If you need to refresh your notebook's state, use the **Kernel → Restart Kernel and Run up to Selected Cell** menu item.

## Tour of Python syntax

### Using Python as a desk calculator

<br>

In [None]:
2 + 2

<br><br>

Defining variables

In [None]:
E = 68.1289790
px = -17.945541
py = 13.1652603
pz = 64.3908386

<br><br>

Now we can use `E`, `px`, `py`, `pz`:

In [None]:
px

<br><br><br>

Calculate ${p_x}^2 + {p_y}^2$:

In [None]:
px**2 + py**2

<br><br><br>

Now $\displaystyle \sqrt{{p_x}^2 + {p_y}^2 + {p_z}^2}$:

In [None]:
(px**2 + py**2 + pz**2)**(1/2)

We'll be using these equations a lot:

<br><br>

$$p = \sqrt{{p_x}^2 + {p_y}^2 + {p_z}^2}$$

<br>

$$m = \sqrt{E^2 - p^2}$$

<br><br>

**Quizlet:** Fix the mistake!

In [None]:
m = (E**2 - px**2 + py**2 + pz**2)**(1/2)
m

### Functions

<br>

Define functions using `def`, an argument list, a colon (`:`), and an indented body of statements, usually ending with `return`.

In [None]:
def euclidean(x, y, z):
    return (x**2 + y**2 + z**2)**(1/2)

def minkowski(time, space):
    return (time**2 - space**2)**(1/2)

<br>

We can call them with arguments identified by position or by name.

In [None]:
euclidean(px, py, pz)

<br>

In [None]:
euclidean(z=pz, y=py, x=px)

<br>

Function arguments can be nested.

In [None]:
minkowski(E, euclidean(px, py, pz))

Nested indenting only needs to be deeper and pop back to the previous level, but a standard of 2 or 4 spaces are often used.

<br>

Beware: **tab** is not **space**! (Though both are invisible.)

<br>

In [None]:
def mass(E, px, py, pz):
    def euclidean(x, y, z):
        return (x**2 + y**2 + z**2) ** (1 / 2)
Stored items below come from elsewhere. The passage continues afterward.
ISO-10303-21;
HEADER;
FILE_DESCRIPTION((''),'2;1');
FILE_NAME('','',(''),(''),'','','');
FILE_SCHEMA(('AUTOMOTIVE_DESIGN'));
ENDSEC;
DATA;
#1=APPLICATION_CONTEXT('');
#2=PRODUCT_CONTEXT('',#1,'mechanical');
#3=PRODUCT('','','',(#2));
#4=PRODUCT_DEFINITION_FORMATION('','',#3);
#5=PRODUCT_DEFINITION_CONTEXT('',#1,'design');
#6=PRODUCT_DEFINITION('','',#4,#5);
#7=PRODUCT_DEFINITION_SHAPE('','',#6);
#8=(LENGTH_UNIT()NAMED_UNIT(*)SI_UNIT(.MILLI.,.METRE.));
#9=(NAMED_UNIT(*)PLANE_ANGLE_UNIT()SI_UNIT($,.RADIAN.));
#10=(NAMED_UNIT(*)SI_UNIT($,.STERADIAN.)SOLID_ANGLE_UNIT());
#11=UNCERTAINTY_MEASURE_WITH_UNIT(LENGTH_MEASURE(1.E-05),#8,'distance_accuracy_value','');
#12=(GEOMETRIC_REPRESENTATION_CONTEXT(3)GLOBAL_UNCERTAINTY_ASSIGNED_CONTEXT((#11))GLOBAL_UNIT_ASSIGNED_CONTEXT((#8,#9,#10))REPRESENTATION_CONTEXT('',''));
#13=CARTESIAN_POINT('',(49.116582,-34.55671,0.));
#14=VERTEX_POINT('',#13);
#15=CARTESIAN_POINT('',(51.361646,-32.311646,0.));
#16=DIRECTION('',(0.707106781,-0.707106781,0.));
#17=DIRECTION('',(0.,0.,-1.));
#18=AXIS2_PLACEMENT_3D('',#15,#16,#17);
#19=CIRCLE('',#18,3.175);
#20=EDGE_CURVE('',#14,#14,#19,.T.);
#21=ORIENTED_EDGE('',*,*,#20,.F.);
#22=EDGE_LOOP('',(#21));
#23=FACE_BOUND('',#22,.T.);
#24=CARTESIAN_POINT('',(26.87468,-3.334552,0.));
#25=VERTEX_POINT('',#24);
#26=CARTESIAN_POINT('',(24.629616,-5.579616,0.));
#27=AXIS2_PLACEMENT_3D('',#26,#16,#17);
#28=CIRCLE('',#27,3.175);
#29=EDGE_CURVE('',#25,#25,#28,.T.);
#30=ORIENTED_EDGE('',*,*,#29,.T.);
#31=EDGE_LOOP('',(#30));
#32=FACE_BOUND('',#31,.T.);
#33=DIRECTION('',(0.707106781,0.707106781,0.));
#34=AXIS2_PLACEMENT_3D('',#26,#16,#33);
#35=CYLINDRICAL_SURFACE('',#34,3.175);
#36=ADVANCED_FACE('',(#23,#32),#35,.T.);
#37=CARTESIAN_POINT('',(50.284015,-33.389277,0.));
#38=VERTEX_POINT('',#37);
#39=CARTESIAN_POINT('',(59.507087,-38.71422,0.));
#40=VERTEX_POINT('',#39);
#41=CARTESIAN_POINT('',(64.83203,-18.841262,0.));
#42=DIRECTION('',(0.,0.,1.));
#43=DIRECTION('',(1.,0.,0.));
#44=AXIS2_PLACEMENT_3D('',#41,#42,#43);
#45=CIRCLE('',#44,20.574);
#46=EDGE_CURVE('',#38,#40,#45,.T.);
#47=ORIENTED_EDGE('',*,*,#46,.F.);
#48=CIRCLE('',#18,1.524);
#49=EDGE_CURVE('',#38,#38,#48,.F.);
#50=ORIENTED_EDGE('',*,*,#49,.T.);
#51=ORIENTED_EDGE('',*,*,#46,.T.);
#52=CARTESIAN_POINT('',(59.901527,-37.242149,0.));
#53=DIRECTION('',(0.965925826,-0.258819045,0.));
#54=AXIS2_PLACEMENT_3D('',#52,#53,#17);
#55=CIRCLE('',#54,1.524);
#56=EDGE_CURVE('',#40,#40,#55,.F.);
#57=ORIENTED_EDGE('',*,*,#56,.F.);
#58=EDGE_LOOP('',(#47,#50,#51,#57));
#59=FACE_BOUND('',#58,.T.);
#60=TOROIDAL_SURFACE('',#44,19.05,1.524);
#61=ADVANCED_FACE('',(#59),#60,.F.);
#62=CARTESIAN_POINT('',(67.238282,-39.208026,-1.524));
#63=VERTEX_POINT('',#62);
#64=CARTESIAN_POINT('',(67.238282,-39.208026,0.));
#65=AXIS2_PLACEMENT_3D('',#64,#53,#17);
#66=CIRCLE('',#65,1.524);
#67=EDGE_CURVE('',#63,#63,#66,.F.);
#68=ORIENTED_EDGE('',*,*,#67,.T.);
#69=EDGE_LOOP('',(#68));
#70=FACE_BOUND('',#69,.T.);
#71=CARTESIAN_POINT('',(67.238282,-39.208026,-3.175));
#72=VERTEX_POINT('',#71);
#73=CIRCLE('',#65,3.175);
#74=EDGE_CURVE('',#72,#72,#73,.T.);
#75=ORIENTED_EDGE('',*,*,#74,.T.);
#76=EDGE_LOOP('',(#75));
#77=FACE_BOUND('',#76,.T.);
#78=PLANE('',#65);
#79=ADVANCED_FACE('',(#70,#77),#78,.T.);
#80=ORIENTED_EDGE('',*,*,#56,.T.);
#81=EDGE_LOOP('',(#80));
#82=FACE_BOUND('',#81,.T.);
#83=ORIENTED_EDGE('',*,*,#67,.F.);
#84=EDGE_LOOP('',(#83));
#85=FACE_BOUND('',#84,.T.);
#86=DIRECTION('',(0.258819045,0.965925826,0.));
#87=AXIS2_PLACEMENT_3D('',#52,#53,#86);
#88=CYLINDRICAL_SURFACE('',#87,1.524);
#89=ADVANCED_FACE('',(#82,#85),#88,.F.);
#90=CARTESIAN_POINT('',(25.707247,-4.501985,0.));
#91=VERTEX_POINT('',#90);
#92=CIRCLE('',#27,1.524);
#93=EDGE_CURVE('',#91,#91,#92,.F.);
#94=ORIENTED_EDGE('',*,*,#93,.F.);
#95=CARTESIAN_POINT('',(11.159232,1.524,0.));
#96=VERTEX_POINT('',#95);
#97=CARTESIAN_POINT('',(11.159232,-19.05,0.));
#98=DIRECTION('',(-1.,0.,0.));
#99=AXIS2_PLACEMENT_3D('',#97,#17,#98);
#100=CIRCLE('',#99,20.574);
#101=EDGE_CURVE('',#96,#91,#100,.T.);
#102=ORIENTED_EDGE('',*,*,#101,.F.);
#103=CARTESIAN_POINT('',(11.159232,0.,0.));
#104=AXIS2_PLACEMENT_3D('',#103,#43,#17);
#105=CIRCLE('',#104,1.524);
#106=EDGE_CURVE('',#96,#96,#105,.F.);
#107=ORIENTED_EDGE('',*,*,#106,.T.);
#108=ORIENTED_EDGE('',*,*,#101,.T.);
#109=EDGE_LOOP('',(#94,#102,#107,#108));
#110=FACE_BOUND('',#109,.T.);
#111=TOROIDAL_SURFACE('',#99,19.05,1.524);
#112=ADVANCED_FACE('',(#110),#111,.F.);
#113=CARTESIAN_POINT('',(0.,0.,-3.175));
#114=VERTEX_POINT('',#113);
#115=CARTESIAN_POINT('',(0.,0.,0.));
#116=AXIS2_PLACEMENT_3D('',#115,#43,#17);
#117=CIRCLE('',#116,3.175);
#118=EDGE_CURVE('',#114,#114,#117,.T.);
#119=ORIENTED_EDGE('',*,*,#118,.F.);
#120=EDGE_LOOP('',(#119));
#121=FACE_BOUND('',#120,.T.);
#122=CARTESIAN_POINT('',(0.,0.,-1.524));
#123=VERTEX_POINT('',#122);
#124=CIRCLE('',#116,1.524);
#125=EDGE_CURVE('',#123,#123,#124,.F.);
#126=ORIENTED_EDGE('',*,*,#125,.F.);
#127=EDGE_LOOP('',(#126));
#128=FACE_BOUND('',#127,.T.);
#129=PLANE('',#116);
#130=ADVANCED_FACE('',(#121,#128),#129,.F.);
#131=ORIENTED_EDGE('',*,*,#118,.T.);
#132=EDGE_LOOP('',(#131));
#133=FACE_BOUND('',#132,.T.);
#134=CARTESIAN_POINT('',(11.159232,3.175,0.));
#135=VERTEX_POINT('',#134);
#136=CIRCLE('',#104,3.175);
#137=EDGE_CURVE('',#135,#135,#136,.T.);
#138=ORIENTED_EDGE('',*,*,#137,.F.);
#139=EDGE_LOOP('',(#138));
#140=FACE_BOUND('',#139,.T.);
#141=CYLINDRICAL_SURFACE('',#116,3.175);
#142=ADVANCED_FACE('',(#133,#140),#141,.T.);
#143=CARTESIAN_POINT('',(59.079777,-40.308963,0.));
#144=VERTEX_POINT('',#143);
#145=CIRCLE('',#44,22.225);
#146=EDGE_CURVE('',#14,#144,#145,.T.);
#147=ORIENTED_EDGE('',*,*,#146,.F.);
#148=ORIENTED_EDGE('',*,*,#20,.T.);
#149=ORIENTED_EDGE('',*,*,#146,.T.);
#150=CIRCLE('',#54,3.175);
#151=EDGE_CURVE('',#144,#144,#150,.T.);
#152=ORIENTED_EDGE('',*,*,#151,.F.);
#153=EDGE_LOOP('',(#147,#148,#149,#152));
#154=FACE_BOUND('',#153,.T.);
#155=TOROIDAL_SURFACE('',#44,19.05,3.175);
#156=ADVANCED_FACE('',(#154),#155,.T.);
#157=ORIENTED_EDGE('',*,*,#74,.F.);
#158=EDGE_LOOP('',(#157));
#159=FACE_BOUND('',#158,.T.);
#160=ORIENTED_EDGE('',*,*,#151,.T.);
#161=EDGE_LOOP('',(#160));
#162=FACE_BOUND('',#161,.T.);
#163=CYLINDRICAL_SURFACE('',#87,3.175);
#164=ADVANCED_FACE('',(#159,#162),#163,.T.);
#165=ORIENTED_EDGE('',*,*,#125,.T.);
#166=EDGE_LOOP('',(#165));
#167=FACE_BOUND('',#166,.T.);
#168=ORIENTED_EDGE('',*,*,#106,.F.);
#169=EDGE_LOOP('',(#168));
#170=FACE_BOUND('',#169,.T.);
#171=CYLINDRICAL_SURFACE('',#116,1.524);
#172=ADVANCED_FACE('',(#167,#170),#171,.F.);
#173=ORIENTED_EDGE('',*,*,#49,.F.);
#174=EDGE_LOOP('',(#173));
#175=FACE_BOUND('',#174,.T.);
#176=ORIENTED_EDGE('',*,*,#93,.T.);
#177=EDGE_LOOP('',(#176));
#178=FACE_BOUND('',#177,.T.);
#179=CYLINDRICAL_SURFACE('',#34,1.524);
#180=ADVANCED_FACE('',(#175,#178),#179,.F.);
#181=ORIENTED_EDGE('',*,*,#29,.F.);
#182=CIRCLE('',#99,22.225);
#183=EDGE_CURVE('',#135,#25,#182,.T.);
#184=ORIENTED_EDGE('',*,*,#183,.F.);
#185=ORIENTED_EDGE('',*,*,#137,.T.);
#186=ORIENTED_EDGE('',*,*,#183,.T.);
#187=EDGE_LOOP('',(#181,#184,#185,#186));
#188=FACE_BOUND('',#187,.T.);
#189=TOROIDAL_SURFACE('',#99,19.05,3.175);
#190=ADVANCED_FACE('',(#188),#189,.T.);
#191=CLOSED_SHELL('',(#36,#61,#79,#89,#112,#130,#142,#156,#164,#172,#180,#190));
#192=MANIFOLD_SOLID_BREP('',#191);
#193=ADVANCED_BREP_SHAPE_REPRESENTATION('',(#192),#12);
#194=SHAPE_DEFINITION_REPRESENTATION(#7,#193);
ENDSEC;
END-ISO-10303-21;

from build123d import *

# Parameters (mm, degrees)
SKETCH2_R   = 3.175
SKETCH2_R_2 = 1.524


with BuildPart() as part:
    # Sweep1: sweep along a path in Sketch1
    with BuildLine(Plane.XY) as sweep1_path:
        Line((0, 0), (11.159231637, 0))
        ThreePointArc((11.159231637, 0), (18.449351023, -1.450094906), (24.629615818, -5.579615818))
        Line((24.629615818, -5.579615818), (51.361645921, -32.311645921))
        ThreePointArc((51.361645921, -32.311645921), (55.307030103, -35.339045682), (59.901527293, -37.24214873))
        Line((59.901527293, -37.24214873), (67.238282478, -39.208026357))
    # Sketch2 → Sweep1 (sweep)
    with BuildSketch(Plane(origin=(0, 0, 0), x_dir=(0, 0, -1), z_dir=(1, 0, 0))):
        Circle(SKETCH2_R)
        Circle(SKETCH2_R_2, mode=Mode.SUBTRACT)
    sweep(path=sweep1_path.line)


solid = part.part
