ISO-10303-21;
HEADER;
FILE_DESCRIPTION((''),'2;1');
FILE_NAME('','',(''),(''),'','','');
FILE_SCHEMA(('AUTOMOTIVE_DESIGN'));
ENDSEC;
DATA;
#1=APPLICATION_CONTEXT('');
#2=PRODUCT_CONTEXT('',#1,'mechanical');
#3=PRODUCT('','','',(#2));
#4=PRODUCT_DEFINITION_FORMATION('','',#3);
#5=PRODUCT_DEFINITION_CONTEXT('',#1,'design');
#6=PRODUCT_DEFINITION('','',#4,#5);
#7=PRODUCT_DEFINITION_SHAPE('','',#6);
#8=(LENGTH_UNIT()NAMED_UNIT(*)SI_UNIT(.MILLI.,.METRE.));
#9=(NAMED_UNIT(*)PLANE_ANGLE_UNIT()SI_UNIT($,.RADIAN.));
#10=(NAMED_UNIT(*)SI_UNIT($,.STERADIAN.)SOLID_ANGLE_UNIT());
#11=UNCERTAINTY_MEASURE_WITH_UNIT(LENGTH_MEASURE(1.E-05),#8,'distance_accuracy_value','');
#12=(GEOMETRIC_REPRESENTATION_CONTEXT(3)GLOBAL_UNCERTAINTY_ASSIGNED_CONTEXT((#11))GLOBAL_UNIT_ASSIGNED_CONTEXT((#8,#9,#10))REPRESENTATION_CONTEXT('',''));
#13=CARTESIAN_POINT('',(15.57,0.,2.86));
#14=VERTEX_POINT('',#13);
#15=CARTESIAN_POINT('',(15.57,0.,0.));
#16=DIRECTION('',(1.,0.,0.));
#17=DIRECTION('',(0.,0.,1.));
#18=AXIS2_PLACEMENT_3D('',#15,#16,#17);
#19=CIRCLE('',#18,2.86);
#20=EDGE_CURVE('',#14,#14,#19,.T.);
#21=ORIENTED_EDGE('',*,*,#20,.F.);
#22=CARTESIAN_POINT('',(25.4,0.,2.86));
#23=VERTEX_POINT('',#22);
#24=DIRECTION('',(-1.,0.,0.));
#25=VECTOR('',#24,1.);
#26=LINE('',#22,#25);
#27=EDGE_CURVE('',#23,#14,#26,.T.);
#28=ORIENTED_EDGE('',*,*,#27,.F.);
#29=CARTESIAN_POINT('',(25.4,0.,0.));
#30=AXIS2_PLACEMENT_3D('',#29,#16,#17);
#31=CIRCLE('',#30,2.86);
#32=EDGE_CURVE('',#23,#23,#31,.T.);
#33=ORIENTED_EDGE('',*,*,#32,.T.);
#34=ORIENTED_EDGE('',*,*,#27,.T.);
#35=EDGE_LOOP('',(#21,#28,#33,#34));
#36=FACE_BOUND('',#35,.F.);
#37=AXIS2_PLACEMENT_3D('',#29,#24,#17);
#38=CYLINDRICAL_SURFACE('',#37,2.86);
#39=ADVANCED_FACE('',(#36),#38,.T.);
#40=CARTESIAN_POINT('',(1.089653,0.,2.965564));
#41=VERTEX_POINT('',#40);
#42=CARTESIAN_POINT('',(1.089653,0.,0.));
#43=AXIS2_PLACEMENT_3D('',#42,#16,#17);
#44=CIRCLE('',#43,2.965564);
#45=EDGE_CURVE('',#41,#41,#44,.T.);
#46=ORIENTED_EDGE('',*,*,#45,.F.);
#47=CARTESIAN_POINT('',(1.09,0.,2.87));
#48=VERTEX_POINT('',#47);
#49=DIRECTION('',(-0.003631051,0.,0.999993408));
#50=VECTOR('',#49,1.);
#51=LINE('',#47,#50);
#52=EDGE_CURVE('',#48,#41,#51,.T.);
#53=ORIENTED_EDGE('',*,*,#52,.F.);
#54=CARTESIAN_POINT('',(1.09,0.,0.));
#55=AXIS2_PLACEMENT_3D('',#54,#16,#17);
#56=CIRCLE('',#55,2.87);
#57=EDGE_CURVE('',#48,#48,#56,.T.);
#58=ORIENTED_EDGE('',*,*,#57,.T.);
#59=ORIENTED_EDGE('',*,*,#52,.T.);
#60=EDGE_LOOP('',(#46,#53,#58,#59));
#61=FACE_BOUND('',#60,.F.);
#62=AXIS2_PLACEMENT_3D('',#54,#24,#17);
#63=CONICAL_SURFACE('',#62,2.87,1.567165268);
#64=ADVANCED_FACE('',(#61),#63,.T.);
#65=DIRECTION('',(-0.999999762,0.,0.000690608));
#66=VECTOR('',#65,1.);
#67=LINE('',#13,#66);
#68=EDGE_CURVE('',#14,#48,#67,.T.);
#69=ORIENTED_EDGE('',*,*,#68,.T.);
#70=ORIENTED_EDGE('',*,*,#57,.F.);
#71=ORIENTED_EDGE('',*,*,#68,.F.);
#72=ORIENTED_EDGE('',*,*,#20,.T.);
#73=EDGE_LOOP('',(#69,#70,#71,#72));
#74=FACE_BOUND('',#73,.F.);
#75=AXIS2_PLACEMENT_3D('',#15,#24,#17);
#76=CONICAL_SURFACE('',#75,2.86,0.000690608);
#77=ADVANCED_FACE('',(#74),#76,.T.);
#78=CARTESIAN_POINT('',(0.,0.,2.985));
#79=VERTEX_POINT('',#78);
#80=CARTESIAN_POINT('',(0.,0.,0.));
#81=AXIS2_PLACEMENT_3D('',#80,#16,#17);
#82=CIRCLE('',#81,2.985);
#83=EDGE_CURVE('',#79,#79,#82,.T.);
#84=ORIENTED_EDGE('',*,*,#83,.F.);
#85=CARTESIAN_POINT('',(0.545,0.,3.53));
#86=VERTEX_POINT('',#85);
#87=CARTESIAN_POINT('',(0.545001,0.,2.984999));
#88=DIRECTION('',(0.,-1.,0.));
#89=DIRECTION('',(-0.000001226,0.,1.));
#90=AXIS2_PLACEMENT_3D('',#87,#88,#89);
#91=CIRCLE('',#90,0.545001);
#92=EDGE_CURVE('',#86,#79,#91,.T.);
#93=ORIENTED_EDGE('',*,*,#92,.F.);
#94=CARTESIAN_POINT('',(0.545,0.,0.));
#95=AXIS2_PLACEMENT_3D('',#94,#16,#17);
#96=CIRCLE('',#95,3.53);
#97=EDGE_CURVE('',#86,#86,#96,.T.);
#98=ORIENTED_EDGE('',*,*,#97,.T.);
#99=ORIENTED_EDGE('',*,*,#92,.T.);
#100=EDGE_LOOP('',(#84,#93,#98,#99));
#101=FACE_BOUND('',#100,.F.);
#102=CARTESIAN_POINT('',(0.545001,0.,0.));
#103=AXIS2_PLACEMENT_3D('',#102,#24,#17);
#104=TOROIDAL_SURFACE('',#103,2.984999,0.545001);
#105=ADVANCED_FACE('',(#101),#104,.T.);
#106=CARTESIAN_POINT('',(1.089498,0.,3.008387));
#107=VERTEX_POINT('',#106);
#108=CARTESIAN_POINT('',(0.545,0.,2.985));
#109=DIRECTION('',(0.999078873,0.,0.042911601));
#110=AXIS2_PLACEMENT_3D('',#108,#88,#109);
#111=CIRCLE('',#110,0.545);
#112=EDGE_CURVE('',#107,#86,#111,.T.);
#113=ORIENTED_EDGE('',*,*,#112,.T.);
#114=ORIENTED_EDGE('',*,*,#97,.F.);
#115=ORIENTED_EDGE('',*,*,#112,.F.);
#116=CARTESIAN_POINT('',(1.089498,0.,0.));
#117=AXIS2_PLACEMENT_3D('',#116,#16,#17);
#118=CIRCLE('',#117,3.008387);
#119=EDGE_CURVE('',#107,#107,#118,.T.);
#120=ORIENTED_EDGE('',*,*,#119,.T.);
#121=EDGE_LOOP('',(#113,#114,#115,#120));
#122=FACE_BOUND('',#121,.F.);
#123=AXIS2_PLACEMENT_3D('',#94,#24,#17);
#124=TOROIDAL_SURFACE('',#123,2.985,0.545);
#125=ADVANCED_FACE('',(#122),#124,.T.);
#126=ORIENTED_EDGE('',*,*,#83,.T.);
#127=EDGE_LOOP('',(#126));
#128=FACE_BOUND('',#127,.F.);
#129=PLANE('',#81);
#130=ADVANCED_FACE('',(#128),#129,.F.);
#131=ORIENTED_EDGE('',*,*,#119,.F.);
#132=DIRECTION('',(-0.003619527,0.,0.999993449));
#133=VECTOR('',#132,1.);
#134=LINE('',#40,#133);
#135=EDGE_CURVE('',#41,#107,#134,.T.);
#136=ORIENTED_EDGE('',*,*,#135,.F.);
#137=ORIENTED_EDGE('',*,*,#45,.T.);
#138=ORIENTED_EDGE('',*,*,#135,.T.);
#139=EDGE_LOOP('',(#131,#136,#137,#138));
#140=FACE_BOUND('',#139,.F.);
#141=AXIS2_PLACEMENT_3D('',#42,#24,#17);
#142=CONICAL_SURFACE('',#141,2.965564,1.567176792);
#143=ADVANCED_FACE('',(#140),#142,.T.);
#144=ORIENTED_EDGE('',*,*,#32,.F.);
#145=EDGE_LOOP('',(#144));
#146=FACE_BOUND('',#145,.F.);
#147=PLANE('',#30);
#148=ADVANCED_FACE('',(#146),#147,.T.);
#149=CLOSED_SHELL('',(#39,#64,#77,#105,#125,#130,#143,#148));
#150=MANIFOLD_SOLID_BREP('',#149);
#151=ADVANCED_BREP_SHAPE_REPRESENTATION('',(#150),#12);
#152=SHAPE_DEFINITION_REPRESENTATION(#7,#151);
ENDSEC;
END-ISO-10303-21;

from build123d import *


with BuildPart() as f1:
    # F0 (on Front) → F1 (revolve)
    with BuildSketch(Plane.XZ):
        with BuildLine():
            Line((0, 2.985), (0, 0))
            Line((0, 0), (0.545, 0))
            Line((0.545, 0), (0.545, 2.44))
            ThreePointArc((0.545, 2.44), (0.159627, 2.599627), (0, 2.985))
        make_face()
        with BuildLine():
            ThreePointArc((0.545, 3.53), (0.159627, 3.370373), (0, 2.985))
            ThreePointArc((0, 2.985), (0.159627, 2.599627), (0.545, 2.44))
            Line((0.545, 2.44), (0.545, 3.53))
        make_face()
        with BuildLine():
            Line((0.545, 3.53), (0.545, 2.44))
            ThreePointArc((0.545, 2.44), (0.923439, 2.592815), (1.089653, 2.965564))
            Line((1.089653, 2.965564), (1.089498, 3.008387))
            ThreePointArc((1.089498, 3.008387), (0.922014, 3.378555), (0.545, 3.53))
        make_face()
        with BuildLine():
            Line((0.545, 2.44), (0.545, 0))
            Line((0.545, 0), (1.09, 0))
            Line((1.09, 0), (1.09, 2.87))
            Line((1.09, 2.87), (1.089653, 2.965564))
            ThreePointArc((1.089653, 2.965564), (0.923439, 2.592815), (0.545, 2.44))
        make_face()
        Polygon((1.09, 2.87), (1.09, 0), (15.57, 0), (25.4, 0), (25.4, 2.86), (15.57, 2.86), align=None)
    revolve(axis=Axis((8.33, 0, 0), (1, 0, 0)))


solid = f1.part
    def minkowski(time, space):
        return (time**2 - space**2) ** (1 / 2)

    return minkowski(E, euclidean(px, py, pz))


mass(E, px, py, pz)

Note: functions can be assigned as variables, too. In Python, everything is an object.

<br>

In [None]:
mag3d = euclidean

<br>

In [None]:
mag3d(px, py, pz)

### Importing functionality into Python

<br>

The `import` statement loads libraries, which may be from Python's standard library or something installed with `pip` or `conda`.

<br>

In [None]:
import math

<br>

This introduced a new variable into the environment.

In [None]:
math

<br>

Objects inside the module can be accessed with a dot (`.`).

In [None]:
math.sqrt(E**2 - px**2 - py**2 - pz**2)

The dot-syntax prevents functions with the same names in different libraries from conflicting.

<br>

In [None]:
import numpy

<br>

In [None]:
numpy.sqrt

<br>

In [None]:
math.sqrt

<br>

In [None]:
numpy.sqrt is math.sqrt

Some libraries have conventional "short names."

In [None]:
import numpy as np

<br>

In [None]:
np.sqrt(E**2 - px**2 - py**2 - pz**2)

Sometimes, you might prefer to extract only one object from a library.

<br>

In [None]:
from hepunits import GeV
from particle import Particle

<br>

In [None]:
muon = Particle.from_name("mu+")
muon

<br>

In [None]:
muon.mass / GeV

In [None]:
?muon

### Data types

<br>

Python has data types, but unlike C++, type correctness is checked just before computation, not in a separate compilation phase.

<br>

In [None]:
1 + "2"

<br>

Check their types:

In [None]:
type(1)

<br>

In [None]:
type("2")

_Therefore_, types are also objects that you can assign to variables and inspect at runtime, unlike C++.

<br>

In [None]:
t1 = type(1)
t1

<br>

In [None]:
t2 = type("2")
t2

<br>

Most type objects are also functions that create or convert data to that type.

<br>

In [None]:
int("2")

<br>

In [None]:
t1("2")

**Quizlet:** before you run the following, what will it do?

<br>

In [None]:
type(type(1)("2"))

<br>

Here is some scratch space:

### Relationships among types

<br>

NumPy (`import numpy as np`) has some types that look like standard Python types, but they're not.

<br>

In [None]:
np_one = np.int32(1)
np_one

<br>

In [None]:
type(np_one)

<br>

`np.int32` is not `int`.

In [None]:
np.int32 == int

<br>

`np.int32` is also not `np.int64`.

In [None]:
type(np.int32(1)) == type(np.int64(1))

Use `isinstance` to check the type of something.

<br>

It doesn't ask, "Is this type object the same as that other one?"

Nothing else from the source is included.